Bureaucracy Always Wins
Not going to get into the merits of the new "Future Combat Systems" proposal that the Pentagon's
cooking up right now. That's a post for another day. For now, there are far, far more urgent matters to attend to, namely Kevin Drum's
misguided praise for Donald Rumsfeld:
But whatever else you can say about Don Rumsfeld, one of his undoubted virtues is that he possesses the kind of bullheadedness it takes to force change on a recalcitrant military bureaucracy.

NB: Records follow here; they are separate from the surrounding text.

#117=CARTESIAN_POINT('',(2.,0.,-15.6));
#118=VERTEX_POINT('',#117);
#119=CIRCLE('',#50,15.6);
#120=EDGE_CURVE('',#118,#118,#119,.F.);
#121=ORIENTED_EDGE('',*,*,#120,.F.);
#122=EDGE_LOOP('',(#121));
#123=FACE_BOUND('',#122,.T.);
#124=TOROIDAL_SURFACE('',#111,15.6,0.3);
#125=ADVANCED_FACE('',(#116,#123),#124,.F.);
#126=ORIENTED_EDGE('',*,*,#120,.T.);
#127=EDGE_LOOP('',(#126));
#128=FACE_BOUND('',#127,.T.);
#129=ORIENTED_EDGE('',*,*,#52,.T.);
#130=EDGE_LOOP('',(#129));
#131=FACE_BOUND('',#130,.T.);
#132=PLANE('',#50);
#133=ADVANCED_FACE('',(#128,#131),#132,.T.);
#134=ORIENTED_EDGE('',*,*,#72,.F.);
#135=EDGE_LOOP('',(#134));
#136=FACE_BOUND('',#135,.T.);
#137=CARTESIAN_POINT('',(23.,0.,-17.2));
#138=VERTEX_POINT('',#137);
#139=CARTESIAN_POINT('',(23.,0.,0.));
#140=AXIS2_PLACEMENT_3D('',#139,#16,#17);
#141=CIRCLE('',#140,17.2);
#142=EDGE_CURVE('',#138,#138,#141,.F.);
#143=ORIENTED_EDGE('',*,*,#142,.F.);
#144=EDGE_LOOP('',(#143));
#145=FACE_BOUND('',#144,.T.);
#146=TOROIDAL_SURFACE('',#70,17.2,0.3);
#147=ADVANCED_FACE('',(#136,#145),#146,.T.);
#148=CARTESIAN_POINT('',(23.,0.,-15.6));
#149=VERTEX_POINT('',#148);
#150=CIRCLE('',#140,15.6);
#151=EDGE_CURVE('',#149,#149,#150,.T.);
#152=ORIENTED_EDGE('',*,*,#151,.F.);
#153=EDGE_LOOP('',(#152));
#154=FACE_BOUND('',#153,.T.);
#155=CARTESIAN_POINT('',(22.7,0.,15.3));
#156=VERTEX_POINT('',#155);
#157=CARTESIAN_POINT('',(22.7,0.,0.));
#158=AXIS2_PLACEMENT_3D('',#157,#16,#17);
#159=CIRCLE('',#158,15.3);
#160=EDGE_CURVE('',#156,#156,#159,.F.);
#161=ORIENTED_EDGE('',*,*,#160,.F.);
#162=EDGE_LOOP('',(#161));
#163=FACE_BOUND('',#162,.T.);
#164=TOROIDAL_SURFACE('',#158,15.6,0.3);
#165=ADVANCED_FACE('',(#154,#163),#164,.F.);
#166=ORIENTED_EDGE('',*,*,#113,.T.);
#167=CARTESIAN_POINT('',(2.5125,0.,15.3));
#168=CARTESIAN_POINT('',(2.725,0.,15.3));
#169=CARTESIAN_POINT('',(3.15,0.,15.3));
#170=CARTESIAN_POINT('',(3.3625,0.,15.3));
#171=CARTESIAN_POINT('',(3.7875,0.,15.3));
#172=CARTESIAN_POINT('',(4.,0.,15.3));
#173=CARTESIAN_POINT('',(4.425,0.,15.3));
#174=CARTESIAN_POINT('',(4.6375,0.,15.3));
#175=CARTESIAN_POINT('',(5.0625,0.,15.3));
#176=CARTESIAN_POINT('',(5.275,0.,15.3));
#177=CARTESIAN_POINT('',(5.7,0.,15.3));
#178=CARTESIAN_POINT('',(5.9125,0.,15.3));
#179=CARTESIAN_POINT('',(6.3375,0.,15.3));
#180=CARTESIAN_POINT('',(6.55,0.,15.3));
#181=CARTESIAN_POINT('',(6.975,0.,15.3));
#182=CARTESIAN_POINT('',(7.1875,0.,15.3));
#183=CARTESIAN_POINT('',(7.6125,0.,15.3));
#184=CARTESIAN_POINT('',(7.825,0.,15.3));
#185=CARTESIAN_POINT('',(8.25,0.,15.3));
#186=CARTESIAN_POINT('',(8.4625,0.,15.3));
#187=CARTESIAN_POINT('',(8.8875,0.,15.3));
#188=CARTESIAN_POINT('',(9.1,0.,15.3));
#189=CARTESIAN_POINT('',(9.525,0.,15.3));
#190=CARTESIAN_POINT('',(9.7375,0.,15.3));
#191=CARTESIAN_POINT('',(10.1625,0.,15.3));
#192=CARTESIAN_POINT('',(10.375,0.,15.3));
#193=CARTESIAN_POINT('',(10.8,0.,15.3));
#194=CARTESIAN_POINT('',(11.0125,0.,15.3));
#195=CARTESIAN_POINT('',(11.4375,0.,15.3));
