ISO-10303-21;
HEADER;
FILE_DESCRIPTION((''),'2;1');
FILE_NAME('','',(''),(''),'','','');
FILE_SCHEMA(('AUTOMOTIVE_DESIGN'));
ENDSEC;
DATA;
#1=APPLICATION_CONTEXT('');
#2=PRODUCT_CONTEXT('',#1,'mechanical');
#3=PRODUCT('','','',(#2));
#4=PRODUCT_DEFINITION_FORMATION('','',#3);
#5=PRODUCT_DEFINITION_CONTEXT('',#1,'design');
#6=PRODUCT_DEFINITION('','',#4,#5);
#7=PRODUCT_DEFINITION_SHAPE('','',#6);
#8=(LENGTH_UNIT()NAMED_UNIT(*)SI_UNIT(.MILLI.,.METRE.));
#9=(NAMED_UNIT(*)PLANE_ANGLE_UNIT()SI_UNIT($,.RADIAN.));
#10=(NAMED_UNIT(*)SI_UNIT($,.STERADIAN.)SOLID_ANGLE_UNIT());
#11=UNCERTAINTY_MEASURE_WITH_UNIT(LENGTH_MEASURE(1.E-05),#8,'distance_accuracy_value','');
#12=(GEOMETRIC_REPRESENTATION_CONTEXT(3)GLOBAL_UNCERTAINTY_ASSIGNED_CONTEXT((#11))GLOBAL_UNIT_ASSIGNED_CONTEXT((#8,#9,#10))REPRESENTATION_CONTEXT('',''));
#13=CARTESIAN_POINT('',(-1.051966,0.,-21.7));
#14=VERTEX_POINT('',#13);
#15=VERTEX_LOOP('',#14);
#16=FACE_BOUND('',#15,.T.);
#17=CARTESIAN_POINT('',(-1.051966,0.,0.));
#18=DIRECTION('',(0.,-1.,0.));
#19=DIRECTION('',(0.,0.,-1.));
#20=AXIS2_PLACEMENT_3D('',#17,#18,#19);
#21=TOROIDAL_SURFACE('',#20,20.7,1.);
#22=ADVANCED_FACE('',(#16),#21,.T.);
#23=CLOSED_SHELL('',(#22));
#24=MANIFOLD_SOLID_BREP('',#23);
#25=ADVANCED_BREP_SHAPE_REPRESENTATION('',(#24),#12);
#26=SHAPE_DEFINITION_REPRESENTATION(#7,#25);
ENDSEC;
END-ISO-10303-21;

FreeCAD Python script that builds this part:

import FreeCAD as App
import Part
import Sketcher
from FreeCAD import Vector

doc = App.newDocument("Part")
body = doc.addObject("PartDesign::Body", "Body")

sketch1 = body.newObject("Sketcher::SketchObject", "Sketch")
sketch1.AttachmentSupport = (doc.getObject("XY_Plane"), [""])
sketch1.MapMode = "FlatFace"
sketch1.addGeometry(Part.Circle(Vector(19.648034, 0, 0), Vector(0, 0, 1), 1), False)
sketch1.addGeometry(Part.LineSegment(Vector(-1.051966, 0, 0), Vector(-1.051966, 10, 0)), True)
sketch1.addConstraint([
    Sketcher.Constraint("Vertical", 1),
    Sketcher.Constraint("PointOnObject", 0, 3, -1),
    Sketcher.Constraint("PointOnObject", 1, 1, -1),
    Sketcher.Constraint("Diameter", 0, 2.0),
    Sketcher.Constraint("DistanceY", 1, 1, 1, 2, 10.0),
    Sketcher.Constraint("DistanceX", 1, 1, 0, 3, 20.7),
    Sketcher.Constraint("DistanceX", -1, 1, 0, 3, 19.648034),
])
revolution = body.newObject("PartDesign::Revolution", "Revolution")
revolution.Profile = sketch1
revolution.ReferenceAxis = (sketch1, ["Axis0"])
revolution.Angle = 360

doc.recompute()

But no! He doesn't! He can't! Okay, deep breath. Recall back to 2001. Rumsfeld swept into the Pentagon expecting to usher in the newfangled
"Revolution in Military Affairs." New weapons, new management priorities, new missions, all of these very cool things were supposed to help Rumsfeld and his gang restructure and revamp the Pentagon's budget and take the military in a bold new direction. New, new, new. And indeed, Rumsfeld and Stephen Cambone and the rest ended up angering a lot of the top military personnel and marching all over various finely-polished boot toes, so naturally, the press assumed that the civilian leadership was actually
carrying out all those sweeping changes.
Sadly, 'twas not to be. Last fall, the Center for Strategic and Budgetary Assessments took a look (
PDF) at the FY2005 budget and found that "the administration's defense plan fairly closely resembles those of the previous years, and the plan it inherited from the Clinton administration." There was a heap more money for missile defense and a few other nifty high-tech gadgets, but that's about it, nothing else had really changed. Each of the services (Army, Navy, Air Force), it seems, managed quite nicely to resist the budget axe, halting the revolution in its tracks. Rumsfeld fought the bureaucracy and the bureaucracy won.